AIM OF THE EXERCISE
Your job with the data below: print everything from the line that holds "#98=VERTEX_POINT('',#97);" down to the line that holds "#116=LINE('',#114,#115);", ends included, exactly, and nothing else.
◇ ◇ ◇ ◇
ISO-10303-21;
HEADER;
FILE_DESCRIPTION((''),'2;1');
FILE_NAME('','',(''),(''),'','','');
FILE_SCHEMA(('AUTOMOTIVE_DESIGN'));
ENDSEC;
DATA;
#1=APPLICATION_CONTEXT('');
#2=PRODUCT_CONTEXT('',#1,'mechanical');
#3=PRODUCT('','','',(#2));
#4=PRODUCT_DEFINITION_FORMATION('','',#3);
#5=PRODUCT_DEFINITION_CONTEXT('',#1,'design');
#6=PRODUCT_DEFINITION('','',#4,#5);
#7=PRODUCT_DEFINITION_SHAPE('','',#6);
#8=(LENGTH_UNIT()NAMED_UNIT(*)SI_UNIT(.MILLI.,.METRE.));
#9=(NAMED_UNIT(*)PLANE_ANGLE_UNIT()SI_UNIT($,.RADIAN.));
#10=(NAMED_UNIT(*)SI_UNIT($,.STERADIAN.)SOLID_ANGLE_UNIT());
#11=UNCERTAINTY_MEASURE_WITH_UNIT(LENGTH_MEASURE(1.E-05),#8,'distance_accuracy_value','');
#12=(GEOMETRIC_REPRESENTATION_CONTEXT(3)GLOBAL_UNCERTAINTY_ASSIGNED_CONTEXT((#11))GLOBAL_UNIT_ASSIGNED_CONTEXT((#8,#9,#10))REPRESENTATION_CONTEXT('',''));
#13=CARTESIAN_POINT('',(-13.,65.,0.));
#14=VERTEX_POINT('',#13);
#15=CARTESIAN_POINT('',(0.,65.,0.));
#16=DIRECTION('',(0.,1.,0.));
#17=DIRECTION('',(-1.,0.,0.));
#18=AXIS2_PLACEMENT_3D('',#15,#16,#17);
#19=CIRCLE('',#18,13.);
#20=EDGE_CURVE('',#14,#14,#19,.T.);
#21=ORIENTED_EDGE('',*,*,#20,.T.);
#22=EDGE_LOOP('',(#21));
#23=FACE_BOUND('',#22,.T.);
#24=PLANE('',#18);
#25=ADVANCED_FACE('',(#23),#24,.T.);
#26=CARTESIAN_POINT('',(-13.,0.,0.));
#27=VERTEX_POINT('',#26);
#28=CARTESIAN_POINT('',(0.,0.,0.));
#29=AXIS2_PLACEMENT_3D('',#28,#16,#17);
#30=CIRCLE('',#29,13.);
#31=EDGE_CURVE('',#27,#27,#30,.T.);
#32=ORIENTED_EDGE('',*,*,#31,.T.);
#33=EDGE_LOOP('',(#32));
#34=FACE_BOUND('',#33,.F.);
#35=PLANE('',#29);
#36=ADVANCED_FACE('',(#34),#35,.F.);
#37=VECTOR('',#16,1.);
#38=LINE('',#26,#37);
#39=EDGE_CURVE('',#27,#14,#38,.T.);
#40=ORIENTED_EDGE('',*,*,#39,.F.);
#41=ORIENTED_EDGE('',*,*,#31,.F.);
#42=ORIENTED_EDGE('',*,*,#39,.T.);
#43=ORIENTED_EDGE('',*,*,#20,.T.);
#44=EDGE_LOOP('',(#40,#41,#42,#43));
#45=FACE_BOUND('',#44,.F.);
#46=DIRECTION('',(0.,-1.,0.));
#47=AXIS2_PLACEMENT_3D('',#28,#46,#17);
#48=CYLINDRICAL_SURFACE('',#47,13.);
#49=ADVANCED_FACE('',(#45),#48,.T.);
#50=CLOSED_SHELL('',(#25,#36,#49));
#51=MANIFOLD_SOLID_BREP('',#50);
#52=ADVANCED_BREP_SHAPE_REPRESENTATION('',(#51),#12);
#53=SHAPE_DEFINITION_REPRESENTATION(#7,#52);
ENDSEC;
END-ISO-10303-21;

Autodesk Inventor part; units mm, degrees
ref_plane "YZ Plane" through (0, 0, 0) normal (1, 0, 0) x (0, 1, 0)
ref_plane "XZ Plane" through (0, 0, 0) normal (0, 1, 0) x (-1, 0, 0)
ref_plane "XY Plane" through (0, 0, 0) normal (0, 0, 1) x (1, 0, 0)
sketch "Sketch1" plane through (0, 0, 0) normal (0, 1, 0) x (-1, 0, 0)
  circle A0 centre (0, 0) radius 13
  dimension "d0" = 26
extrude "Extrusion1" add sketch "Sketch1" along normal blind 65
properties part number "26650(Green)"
◇ ◇ ◇ ◇
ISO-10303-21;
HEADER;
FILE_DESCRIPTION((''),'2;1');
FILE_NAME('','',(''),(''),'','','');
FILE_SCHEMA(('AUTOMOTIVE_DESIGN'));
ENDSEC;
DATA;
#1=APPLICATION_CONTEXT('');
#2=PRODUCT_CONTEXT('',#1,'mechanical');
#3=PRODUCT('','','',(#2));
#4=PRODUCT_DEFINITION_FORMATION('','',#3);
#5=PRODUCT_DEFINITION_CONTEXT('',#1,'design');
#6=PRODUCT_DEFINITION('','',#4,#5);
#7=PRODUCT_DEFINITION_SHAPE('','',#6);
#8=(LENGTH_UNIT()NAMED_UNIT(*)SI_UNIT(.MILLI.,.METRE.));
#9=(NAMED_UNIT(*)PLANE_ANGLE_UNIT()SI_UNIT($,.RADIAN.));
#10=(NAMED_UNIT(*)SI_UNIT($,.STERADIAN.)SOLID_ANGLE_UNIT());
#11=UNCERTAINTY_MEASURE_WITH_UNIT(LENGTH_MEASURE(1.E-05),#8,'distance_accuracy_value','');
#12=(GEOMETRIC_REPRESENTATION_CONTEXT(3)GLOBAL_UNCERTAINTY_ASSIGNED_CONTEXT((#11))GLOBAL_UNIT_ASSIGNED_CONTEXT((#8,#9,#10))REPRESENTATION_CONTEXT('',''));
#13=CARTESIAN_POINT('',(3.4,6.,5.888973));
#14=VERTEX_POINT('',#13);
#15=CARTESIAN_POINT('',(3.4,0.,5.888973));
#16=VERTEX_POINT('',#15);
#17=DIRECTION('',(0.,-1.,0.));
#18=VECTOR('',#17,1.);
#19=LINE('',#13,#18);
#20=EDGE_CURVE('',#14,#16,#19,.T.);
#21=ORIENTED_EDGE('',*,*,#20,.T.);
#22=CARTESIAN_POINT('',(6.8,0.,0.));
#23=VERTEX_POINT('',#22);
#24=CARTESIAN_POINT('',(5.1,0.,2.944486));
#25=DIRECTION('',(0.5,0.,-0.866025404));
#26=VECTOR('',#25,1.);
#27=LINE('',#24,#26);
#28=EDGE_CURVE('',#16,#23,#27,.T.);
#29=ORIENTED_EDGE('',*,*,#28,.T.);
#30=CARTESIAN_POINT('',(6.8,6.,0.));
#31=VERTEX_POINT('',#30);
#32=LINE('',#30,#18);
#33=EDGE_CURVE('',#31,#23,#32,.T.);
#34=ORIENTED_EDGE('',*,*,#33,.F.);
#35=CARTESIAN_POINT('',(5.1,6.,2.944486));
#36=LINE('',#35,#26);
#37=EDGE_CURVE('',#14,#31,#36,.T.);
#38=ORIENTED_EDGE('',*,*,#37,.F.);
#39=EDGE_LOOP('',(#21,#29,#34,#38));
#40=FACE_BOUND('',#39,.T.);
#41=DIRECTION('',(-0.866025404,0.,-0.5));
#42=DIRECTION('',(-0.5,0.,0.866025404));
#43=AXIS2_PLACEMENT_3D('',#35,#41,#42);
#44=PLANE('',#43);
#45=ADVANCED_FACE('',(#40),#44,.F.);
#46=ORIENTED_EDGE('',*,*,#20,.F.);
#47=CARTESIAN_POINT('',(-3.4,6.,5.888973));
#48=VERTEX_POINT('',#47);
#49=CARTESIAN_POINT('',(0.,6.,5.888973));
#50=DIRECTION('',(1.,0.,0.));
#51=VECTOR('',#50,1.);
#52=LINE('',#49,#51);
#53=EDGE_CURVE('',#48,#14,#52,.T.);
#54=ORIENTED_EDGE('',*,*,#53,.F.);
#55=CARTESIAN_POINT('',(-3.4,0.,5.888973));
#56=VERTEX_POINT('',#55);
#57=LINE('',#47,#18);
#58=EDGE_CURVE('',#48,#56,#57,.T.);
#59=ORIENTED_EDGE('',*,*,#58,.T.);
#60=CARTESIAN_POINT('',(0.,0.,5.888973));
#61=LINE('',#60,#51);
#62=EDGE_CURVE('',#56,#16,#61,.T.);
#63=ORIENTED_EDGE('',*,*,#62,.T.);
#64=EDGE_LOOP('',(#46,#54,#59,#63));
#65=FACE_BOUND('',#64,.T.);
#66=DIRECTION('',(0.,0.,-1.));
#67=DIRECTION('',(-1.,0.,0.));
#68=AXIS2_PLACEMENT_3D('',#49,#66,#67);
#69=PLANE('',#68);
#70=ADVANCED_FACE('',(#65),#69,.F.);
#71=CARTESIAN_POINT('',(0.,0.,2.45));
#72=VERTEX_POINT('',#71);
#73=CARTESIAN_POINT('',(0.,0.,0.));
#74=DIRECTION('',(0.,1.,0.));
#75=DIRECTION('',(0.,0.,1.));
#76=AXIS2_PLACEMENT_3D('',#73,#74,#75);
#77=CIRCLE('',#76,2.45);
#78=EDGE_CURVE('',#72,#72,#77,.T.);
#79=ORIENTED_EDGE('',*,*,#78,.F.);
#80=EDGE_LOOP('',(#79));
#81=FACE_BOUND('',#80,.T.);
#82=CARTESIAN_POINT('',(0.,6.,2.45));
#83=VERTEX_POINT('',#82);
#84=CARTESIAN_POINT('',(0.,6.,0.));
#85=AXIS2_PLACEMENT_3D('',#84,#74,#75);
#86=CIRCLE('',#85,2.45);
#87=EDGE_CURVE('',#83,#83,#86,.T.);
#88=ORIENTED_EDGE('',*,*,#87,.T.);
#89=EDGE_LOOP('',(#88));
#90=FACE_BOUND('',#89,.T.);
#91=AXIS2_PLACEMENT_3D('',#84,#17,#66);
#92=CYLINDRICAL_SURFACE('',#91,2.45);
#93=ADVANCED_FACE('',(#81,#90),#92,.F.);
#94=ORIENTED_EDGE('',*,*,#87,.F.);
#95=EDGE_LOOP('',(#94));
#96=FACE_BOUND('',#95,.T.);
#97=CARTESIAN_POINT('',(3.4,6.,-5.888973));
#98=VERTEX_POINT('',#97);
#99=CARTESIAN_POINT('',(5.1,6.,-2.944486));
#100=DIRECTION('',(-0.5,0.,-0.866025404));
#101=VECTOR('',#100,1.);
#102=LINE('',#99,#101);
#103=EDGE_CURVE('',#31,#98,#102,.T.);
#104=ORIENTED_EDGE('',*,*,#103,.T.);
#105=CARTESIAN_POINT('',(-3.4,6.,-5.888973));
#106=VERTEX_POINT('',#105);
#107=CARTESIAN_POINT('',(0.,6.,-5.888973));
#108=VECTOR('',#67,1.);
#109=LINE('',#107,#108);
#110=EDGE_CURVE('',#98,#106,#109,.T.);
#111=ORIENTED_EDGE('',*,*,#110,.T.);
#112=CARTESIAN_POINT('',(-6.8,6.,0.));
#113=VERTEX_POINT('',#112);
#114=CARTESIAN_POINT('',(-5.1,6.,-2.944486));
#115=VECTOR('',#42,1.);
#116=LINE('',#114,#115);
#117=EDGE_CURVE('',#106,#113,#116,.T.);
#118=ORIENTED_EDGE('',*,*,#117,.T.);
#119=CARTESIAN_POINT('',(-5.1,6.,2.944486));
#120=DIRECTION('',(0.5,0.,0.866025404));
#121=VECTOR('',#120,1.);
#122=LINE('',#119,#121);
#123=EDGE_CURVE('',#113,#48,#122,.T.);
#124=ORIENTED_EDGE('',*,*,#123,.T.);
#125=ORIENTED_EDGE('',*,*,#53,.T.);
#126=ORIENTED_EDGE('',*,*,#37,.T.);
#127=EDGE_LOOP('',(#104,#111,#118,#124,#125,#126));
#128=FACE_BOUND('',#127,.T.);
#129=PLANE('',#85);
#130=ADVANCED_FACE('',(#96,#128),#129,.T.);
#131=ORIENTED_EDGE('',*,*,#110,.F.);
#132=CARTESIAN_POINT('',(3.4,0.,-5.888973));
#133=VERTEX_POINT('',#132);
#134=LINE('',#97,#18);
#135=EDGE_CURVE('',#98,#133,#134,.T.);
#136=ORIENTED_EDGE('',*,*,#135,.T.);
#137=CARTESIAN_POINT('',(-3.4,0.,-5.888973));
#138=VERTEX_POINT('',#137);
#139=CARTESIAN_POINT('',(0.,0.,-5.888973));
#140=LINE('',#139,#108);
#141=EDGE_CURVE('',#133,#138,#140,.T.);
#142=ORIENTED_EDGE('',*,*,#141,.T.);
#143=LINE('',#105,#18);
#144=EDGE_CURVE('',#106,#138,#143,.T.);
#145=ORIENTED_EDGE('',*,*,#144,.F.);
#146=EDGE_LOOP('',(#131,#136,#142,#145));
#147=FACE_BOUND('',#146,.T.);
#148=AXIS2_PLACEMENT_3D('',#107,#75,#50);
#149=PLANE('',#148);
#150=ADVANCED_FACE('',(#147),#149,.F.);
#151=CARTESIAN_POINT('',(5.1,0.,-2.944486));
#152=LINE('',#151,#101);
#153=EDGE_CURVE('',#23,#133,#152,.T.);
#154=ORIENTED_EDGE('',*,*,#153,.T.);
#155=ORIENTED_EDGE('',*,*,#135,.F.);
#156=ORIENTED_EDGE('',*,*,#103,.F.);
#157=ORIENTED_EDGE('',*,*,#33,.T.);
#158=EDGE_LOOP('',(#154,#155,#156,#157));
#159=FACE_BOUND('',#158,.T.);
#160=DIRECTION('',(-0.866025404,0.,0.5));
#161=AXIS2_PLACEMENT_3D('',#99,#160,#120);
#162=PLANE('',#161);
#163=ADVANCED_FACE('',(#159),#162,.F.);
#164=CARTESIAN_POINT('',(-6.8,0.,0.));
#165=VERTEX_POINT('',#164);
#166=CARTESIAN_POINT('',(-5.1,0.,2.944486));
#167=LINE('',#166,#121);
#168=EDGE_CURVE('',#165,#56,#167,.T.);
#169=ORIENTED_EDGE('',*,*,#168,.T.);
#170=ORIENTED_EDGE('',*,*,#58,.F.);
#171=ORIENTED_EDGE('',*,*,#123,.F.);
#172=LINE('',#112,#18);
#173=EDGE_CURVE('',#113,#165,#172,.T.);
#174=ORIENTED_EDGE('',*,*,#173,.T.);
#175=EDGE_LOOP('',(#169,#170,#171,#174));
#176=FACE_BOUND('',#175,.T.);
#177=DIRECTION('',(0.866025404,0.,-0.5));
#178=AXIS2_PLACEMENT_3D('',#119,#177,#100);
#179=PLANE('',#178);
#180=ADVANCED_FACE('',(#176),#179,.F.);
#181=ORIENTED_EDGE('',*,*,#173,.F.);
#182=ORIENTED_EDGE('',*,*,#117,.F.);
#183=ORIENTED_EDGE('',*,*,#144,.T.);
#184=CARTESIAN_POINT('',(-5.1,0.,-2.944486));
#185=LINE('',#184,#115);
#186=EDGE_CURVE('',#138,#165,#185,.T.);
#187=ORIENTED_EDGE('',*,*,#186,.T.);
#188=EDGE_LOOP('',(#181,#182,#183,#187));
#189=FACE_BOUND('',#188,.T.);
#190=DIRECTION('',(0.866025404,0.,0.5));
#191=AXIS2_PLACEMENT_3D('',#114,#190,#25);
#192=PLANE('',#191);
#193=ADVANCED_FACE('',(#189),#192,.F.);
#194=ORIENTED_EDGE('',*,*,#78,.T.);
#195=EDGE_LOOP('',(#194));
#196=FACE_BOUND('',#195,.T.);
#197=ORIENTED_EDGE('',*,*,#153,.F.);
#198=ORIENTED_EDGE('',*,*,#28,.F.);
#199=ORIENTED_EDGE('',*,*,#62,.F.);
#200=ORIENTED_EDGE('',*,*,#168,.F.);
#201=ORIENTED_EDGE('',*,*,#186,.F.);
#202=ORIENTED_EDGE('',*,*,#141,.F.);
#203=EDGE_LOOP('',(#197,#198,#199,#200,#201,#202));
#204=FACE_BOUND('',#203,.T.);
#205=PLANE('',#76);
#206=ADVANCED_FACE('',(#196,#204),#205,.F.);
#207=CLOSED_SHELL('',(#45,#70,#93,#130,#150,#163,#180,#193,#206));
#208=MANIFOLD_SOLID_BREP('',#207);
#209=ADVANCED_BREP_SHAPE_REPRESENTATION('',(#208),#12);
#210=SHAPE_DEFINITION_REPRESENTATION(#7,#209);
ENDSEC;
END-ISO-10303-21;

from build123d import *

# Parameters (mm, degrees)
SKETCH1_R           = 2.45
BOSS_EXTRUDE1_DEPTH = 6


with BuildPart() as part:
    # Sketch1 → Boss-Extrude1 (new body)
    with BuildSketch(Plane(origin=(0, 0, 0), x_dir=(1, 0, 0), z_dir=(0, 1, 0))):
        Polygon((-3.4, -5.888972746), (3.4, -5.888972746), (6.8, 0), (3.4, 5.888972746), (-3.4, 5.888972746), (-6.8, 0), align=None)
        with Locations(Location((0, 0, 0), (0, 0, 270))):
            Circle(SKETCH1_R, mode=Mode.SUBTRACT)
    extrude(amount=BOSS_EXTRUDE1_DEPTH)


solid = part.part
◇ ◇ ◇ ◇
ANSWER TO THE EXERCISE
#98=VERTEX_POINT('',#97);
#99=CARTESIAN_POINT('',(5.1,6.,-2.944486));
#100=DIRECTION('',(-0.5,0.,-0.866025404));
#101=VECTOR('',#100,1.);
#102=LINE('',#99,#101);
#103=EDGE_CURVE('',#31,#98,#102,.T.);
#104=ORIENTED_EDGE('',*,*,#103,.T.);
#105=CARTESIAN_POINT('',(-3.4,6.,-5.888973));
#106=VERTEX_POINT('',#105);
#107=CARTESIAN_POINT('',(0.,6.,-5.888973));
#108=VECTOR('',#67,1.);
#109=LINE('',#107,#108);
#110=EDGE_CURVE('',#98,#106,#109,.T.);
#111=ORIENTED_EDGE('',*,*,#110,.T.);
#112=CARTESIAN_POINT('',(-6.8,6.,0.));
#113=VERTEX_POINT('',#112);
#114=CARTESIAN_POINT('',(-5.1,6.,-2.944486));
#115=VECTOR('',#42,1.);
#116=LINE('',#114,#115);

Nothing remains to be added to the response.